Pegasus iPhone hacks used as lure in extortion scheme

A new extortion scam is underway that attempts to capitalize on the recent Pegasus iOS spyware attacks to scare people into paying a blackmail demand.

Last month, Amnesty International and non-profit project Forbidden Stories revealed that the Pegasus spyware was installed on fully updated iPhones through a zero-day zero-click iMessage vulnerability.

A zero-click vulnerability is a bug that can be exploited on a device without any interaction by the user. For example, if just visiting a website or receiving a message could exploit a vulnerability, this would be considered a zero-click hack.

It is believed that governments used this software to monitor the communication of politicians, journalists, human rights activists, and business executives worldwide.

Capitalizing on Pegasus spyware fears

This week, a threat actor began emailing recipients, telling them that their iPhone device was hacked with a ‘zero-click’ vulnerability to install the Pegasus spyware software.

The scammer says that they have been using Pegasus to monitor the recipient’s activities and have created videos of them during “the most private moments” of their lives.

The email warns that if a 0.035 bitcoin (approximately $1,600) payment is not paid, the threat actors will send the videos to the recipient’s family, friends, and business associates.

You can read the full text of this email below.

“Hi there

Hello, I’m going to share important information with you.

Have you heard about Pegasus?

You have become a collateral victim. It’s very important that you read the information below.

Your phone was penetrated with a “zero-click” attack, meaning you didn’t even need to click on a malicious link for your phone to be infected.
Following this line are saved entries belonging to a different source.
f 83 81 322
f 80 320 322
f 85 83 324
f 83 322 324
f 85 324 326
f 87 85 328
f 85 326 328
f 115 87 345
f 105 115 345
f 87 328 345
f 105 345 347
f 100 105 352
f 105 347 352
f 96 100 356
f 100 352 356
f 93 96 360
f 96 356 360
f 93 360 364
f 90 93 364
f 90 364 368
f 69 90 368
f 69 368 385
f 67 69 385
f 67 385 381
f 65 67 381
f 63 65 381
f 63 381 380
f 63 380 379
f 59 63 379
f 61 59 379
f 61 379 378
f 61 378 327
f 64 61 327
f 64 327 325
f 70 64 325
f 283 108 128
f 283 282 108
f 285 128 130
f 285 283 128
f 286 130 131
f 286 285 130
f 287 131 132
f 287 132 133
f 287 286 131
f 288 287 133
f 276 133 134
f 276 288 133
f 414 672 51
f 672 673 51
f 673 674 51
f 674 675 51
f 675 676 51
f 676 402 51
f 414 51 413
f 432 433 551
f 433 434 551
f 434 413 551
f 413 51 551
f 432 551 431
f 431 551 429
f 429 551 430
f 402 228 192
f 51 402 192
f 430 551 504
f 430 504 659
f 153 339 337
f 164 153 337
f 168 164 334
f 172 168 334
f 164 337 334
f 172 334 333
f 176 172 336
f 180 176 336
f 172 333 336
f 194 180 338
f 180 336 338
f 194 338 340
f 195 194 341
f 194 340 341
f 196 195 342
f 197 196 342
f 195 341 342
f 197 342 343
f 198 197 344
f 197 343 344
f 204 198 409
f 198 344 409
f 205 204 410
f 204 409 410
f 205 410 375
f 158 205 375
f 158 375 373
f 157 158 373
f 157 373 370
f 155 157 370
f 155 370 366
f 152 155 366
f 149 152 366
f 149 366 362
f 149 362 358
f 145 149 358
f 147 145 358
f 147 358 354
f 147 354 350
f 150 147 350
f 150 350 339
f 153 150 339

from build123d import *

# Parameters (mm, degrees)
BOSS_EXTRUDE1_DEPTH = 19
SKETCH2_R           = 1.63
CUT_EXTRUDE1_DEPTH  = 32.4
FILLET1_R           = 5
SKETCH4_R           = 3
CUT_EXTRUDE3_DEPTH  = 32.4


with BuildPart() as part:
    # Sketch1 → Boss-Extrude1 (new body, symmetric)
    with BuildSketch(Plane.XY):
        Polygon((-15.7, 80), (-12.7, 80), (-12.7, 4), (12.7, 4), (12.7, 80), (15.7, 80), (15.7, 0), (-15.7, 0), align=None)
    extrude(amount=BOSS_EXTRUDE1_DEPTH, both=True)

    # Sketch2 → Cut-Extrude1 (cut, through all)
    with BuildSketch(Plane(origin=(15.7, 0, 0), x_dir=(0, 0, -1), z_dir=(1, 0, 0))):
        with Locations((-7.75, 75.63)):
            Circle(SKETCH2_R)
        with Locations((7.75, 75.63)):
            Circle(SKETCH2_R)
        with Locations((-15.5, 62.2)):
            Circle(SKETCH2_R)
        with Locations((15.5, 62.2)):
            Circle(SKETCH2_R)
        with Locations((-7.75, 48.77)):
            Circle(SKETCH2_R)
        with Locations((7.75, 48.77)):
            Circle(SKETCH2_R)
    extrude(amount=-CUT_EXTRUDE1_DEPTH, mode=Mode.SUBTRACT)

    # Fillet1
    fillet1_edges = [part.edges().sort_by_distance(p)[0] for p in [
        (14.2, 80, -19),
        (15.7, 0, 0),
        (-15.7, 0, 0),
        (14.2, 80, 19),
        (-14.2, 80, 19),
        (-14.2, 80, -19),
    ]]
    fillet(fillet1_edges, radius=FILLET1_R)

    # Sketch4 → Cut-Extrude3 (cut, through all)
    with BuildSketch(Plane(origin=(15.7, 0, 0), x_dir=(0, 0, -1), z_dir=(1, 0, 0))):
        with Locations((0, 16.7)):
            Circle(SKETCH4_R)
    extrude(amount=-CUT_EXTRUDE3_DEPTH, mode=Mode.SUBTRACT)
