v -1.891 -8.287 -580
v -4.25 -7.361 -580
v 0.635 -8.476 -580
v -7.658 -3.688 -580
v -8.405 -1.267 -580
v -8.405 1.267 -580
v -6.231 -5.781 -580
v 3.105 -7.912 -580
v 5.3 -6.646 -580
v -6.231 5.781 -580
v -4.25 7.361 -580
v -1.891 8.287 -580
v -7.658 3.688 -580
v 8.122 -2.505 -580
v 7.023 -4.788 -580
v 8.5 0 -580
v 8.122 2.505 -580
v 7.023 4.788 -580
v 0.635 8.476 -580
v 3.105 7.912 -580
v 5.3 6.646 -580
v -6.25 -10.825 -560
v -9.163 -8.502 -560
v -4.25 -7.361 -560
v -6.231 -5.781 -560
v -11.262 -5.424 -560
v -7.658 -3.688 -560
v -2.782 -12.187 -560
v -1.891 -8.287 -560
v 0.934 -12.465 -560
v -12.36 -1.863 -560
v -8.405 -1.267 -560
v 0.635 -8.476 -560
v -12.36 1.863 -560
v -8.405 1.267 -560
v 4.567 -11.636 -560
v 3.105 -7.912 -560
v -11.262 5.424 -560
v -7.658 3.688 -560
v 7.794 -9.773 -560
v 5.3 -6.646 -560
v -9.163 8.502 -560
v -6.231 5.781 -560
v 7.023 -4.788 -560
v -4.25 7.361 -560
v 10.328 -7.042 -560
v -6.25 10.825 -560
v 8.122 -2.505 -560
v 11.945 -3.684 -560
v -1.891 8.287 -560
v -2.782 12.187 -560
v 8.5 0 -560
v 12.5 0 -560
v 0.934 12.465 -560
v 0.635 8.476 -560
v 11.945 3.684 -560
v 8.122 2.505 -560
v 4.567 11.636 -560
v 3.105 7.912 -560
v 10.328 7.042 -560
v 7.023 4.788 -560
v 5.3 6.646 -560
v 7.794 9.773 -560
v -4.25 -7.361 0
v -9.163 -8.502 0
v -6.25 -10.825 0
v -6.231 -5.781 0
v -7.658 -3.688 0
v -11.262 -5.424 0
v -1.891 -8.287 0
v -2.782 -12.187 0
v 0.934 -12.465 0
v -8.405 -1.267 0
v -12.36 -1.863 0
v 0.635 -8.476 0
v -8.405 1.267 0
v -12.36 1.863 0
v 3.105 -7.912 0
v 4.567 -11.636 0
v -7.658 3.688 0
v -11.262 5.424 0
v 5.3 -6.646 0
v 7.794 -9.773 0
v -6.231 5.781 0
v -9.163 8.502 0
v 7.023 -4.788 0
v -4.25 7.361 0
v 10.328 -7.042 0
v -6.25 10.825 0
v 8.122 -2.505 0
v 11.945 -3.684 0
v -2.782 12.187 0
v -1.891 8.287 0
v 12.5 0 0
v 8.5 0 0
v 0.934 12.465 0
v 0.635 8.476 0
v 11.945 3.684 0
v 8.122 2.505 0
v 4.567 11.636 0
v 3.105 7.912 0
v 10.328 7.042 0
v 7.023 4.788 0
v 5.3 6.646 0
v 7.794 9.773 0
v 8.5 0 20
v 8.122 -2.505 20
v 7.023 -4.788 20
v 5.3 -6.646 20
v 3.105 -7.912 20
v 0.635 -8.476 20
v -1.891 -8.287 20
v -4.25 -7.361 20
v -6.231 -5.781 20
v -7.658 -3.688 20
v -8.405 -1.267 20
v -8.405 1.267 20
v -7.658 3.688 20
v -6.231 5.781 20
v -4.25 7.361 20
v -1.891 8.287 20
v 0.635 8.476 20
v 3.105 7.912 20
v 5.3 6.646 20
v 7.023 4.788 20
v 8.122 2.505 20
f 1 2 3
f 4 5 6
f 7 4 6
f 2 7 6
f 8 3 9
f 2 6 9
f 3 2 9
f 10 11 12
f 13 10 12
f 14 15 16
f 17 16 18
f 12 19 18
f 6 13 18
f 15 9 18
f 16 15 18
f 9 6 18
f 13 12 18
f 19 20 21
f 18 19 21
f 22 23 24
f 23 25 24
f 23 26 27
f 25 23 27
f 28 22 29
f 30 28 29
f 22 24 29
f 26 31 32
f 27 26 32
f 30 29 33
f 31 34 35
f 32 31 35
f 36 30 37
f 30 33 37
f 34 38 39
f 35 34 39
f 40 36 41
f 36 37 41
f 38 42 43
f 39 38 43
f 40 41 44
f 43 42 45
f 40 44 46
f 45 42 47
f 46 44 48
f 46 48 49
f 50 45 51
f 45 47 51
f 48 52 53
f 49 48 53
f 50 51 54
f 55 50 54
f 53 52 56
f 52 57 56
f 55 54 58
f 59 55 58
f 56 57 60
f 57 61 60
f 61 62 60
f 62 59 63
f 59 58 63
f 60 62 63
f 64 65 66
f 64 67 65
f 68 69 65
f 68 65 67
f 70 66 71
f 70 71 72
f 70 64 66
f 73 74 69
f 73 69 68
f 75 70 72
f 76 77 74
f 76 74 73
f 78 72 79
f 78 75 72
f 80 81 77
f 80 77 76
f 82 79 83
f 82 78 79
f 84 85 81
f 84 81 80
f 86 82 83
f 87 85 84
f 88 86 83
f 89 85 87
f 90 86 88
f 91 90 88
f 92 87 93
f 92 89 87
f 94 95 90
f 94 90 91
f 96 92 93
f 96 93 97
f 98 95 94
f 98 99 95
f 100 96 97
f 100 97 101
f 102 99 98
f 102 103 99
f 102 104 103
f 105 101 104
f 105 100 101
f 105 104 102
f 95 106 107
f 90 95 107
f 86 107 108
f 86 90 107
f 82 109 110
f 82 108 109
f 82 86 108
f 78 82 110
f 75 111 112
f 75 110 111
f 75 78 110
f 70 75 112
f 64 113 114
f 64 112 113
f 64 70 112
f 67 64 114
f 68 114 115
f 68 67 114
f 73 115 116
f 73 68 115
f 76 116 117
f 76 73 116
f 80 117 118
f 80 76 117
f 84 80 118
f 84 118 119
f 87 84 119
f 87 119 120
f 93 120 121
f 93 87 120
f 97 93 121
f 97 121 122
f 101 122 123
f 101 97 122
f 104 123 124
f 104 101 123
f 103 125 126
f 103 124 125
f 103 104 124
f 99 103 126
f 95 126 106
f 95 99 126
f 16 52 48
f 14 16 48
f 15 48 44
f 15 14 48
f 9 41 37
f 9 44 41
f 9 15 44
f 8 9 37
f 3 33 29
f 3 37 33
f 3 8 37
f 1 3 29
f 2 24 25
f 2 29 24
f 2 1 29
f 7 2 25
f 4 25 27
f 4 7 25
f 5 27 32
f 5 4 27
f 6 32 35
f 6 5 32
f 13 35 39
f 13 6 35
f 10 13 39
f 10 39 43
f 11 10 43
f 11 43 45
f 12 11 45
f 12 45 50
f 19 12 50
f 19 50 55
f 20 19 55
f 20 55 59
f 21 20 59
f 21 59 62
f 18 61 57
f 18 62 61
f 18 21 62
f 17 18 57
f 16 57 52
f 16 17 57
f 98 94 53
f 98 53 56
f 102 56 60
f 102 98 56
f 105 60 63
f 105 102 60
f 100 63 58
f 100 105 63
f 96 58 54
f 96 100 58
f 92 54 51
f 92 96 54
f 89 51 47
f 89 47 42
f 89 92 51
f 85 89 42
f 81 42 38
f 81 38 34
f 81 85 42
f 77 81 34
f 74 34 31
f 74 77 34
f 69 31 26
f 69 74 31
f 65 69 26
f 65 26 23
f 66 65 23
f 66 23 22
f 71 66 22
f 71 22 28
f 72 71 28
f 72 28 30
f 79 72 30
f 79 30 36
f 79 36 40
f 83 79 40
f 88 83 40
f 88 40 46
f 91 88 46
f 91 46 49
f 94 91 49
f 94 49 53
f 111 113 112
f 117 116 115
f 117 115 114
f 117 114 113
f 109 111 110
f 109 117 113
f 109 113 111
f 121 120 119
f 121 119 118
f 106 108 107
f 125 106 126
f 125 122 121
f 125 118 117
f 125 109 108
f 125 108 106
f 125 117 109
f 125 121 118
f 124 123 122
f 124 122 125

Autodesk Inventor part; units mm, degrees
ref_plane "YZ Plane" through (0, 0, 0) normal (1, 0, 0) x (0, 1, 0)
ref_plane "XZ Plane" through (0, 0, 0) normal (0, 1, 0) x (-1, 0, 0)
ref_plane "XY Plane" through (0, 0, 0) normal (0, 0, 1) x (1, 0, 0)
sketch "草图1" plane through (0, 0, 0) normal (0, 0, 1) x (1, 0, 0)
  circle A0 centre (0, 0) radius 12.5
  dimension "d0" = 25
extrude "拉伸1" add sketch "草图1" against normal blind 560
sketch "草图2" plane through (0, 0, 0) normal (0, 0, 1) x (1, 0, 0)
  circle A0 centre (0, 0) radius 8.5
  dimension "d3" = 17
extrude "拉伸2" add sketch "草图2" along normal blind 20
pattern_linear "矩形阵列1" count 2 spacing 580 along (0, 0, -1) of "拉伸2"
properties part number "载板滚柱"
Pegasus is a malware that infects iPhones and Android devices and enables operators of the tool to extract messages, photos and emails,

record calls and secretly activate cameras or microphones, and read the contents of encrypted messaging apps such as WhatsApp, Facebook, Telegram and Signal.

Basically, it can spy on every aspect of your life. That’s precisely what it did.

I am a blackhat hacker and do this for a living. Unfortunately you are my victim. Please read on.

As you understand, I have used the malware capabilities to spy on you and harvested datas of your private life.

My only goal is to make money and I have perfect leverage for this.

As you can imagine in your worst dream, I have videos of you exposed during the most private moments of your life, when you are not expecting it.

I personally have no interest in them, but there are public websites that have perverts loving that content.

As I said, I only do this to make money and not trying to destroy your life. But if necessary, I will publish the videos.

If this is not enough for you, I will make sure your contacts, friends, business associates and everybody you know see those videos as well.

Here is the deal. I will delete the files after I receive 0.035 Bitcoin (about 1600 US Dollars).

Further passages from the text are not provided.